Frankly, I'm skeptical on this one. I understand that many NICs are like the Win Modems of old. But modern processors should be more than powerful enough to handle gigabit traffic, I think. But who knows. I've been wrong before.

What I want to know is what is a good NIC? I'd like to nab two PCI NICs and two PCI express NICs for testing, and since I'm doing this for shits and giggles, I need them to be as inexpensive as possible. Obviously we're trying to break away from the $15 Realteks. But if I could avoid spending $100 per NIC, that would be awesome.

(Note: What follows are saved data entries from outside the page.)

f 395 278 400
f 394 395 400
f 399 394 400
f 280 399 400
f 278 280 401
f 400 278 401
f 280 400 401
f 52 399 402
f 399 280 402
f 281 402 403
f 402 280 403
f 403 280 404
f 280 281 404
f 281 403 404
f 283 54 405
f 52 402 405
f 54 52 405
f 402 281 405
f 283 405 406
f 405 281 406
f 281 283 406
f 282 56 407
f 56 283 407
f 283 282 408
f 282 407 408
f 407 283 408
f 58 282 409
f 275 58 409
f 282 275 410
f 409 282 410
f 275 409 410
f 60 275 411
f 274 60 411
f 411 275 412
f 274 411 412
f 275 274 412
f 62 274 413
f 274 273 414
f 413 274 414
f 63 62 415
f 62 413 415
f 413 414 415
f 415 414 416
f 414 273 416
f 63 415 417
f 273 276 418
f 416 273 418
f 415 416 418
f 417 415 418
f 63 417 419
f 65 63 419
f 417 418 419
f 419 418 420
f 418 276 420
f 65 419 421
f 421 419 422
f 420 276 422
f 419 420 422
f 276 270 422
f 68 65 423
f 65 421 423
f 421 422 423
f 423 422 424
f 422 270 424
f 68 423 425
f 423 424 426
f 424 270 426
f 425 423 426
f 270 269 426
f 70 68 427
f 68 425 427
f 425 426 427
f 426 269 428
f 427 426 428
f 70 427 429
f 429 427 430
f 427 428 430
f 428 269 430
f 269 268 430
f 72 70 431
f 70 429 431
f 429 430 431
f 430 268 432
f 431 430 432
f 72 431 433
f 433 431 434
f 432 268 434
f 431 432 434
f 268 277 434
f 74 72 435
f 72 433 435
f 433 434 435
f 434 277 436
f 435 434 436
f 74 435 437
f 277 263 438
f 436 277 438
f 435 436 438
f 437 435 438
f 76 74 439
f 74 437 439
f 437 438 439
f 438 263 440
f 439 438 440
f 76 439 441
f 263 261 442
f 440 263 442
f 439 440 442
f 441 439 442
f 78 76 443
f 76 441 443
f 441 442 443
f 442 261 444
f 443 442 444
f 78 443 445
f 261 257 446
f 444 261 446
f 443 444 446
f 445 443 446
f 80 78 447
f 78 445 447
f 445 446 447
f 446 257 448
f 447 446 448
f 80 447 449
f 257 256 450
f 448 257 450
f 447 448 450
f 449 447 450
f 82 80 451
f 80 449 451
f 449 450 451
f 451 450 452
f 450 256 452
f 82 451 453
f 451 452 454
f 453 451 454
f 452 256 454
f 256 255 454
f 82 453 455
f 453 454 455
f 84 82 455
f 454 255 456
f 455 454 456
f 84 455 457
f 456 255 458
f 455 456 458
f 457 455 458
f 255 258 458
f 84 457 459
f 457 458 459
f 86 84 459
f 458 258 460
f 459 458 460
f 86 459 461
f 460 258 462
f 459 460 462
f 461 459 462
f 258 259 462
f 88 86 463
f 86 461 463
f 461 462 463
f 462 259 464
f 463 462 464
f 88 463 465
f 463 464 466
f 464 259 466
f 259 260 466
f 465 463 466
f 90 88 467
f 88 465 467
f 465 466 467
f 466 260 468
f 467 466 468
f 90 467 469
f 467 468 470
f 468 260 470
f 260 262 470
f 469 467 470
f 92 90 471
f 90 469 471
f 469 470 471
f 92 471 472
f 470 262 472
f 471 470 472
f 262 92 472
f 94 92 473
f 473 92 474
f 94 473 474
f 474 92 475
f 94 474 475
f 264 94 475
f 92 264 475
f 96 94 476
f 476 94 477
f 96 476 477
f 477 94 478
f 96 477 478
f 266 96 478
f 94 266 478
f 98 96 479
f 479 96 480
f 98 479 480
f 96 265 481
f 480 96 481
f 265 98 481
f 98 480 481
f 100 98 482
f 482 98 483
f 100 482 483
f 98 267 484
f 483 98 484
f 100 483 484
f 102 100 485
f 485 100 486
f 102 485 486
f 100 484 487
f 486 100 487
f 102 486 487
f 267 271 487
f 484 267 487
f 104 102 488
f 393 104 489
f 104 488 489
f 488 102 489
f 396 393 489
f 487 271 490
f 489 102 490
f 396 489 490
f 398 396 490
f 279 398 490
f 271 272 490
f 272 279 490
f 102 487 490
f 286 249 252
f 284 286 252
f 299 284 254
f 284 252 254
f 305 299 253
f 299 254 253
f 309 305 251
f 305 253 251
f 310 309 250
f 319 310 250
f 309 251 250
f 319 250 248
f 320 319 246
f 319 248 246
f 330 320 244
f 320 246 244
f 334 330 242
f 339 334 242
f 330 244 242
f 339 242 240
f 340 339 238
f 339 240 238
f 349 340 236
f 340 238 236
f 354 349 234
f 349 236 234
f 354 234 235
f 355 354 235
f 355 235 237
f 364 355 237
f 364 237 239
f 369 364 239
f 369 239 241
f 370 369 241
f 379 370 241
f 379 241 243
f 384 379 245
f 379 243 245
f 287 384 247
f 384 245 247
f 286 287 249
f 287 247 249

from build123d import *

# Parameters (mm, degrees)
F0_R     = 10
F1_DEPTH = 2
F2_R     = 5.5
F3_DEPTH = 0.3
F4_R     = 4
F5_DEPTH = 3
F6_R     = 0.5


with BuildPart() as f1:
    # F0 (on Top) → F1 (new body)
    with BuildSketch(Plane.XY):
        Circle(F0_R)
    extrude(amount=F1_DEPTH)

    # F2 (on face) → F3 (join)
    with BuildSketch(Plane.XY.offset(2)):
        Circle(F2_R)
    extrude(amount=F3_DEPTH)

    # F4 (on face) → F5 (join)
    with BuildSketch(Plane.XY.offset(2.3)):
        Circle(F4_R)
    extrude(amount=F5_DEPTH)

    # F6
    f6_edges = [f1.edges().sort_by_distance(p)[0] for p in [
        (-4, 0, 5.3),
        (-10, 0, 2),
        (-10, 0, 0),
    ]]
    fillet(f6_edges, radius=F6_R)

I understand all of your skepticism regarding a NIC being a NIC. I shared it.. until about 2 years ago. I had seen some people over the years swear by Intel NICs. I always lol'd at them because I always used the onboard NICs and was always "happy" with the performance. Then after getting all i7s in the house, all Gb cabling and hardware, upgraded all the machines to SSDs, I was still getting only 60-80MB/sec to and from my server. I thought that surely my computers should be plenty powerful enough to do more. I tried jumbo frames, tweaking all sorts of settings in the network settings. I spent many hours reading forums looking for people that had registry tweaks. I could never get more than about 80MB/sec, even when copying to and from ramdrives across my network. I dismissed anyone that mentioned Intel NICs because it couldn't matter, right?

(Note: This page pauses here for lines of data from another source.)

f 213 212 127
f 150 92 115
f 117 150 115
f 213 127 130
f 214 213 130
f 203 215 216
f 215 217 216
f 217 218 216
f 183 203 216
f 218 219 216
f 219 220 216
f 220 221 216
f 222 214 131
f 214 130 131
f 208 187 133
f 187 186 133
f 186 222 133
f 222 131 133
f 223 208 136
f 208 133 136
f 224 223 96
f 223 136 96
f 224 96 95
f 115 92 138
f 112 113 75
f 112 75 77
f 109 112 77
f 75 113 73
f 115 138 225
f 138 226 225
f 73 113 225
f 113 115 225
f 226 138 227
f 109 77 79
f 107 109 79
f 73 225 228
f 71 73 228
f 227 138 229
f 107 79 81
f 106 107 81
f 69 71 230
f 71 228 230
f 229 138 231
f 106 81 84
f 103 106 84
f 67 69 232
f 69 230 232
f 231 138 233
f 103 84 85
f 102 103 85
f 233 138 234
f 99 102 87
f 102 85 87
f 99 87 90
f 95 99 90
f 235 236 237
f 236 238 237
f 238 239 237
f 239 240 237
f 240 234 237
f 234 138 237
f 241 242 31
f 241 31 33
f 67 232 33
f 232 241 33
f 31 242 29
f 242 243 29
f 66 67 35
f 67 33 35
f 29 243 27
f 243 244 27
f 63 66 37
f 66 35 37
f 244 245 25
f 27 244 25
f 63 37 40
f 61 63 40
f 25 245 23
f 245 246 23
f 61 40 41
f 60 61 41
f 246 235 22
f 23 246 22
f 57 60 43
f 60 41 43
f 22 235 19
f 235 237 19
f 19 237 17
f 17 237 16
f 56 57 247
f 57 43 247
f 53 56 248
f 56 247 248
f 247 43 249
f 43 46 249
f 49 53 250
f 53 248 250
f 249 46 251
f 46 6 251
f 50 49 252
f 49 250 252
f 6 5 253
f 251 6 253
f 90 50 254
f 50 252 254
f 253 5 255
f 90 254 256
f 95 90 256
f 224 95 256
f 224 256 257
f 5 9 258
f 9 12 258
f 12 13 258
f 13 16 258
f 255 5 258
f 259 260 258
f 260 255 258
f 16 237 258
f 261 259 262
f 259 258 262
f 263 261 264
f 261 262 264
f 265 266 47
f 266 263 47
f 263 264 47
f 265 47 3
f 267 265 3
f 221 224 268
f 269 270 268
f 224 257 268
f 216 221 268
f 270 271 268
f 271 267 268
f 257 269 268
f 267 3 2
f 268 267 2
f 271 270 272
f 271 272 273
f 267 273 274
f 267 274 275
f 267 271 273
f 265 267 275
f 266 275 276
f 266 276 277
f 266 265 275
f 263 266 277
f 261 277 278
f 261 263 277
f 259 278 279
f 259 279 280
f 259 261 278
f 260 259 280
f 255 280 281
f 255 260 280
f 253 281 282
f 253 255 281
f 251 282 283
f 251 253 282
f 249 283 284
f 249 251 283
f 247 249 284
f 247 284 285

Well, I finally decided that I had wasted enough of my time and I'd try Intel NICs before I just give up and accepted the fact that I was getting all the speed I would ever get. I spent something like $125 on Intel NICs for all of my machines. Installed them all and.... then I saw triple digit speeds. I have no clue what makes Intel NICs so good. Could be the drivers.. could be the hardware.. could be both. The only thing I know is that if I want outstanding performance and great cross-OS support I always use an Intel NIC. If I'm building a computer for someone, I stick with the built-in. But for my machines I always go with Intel now.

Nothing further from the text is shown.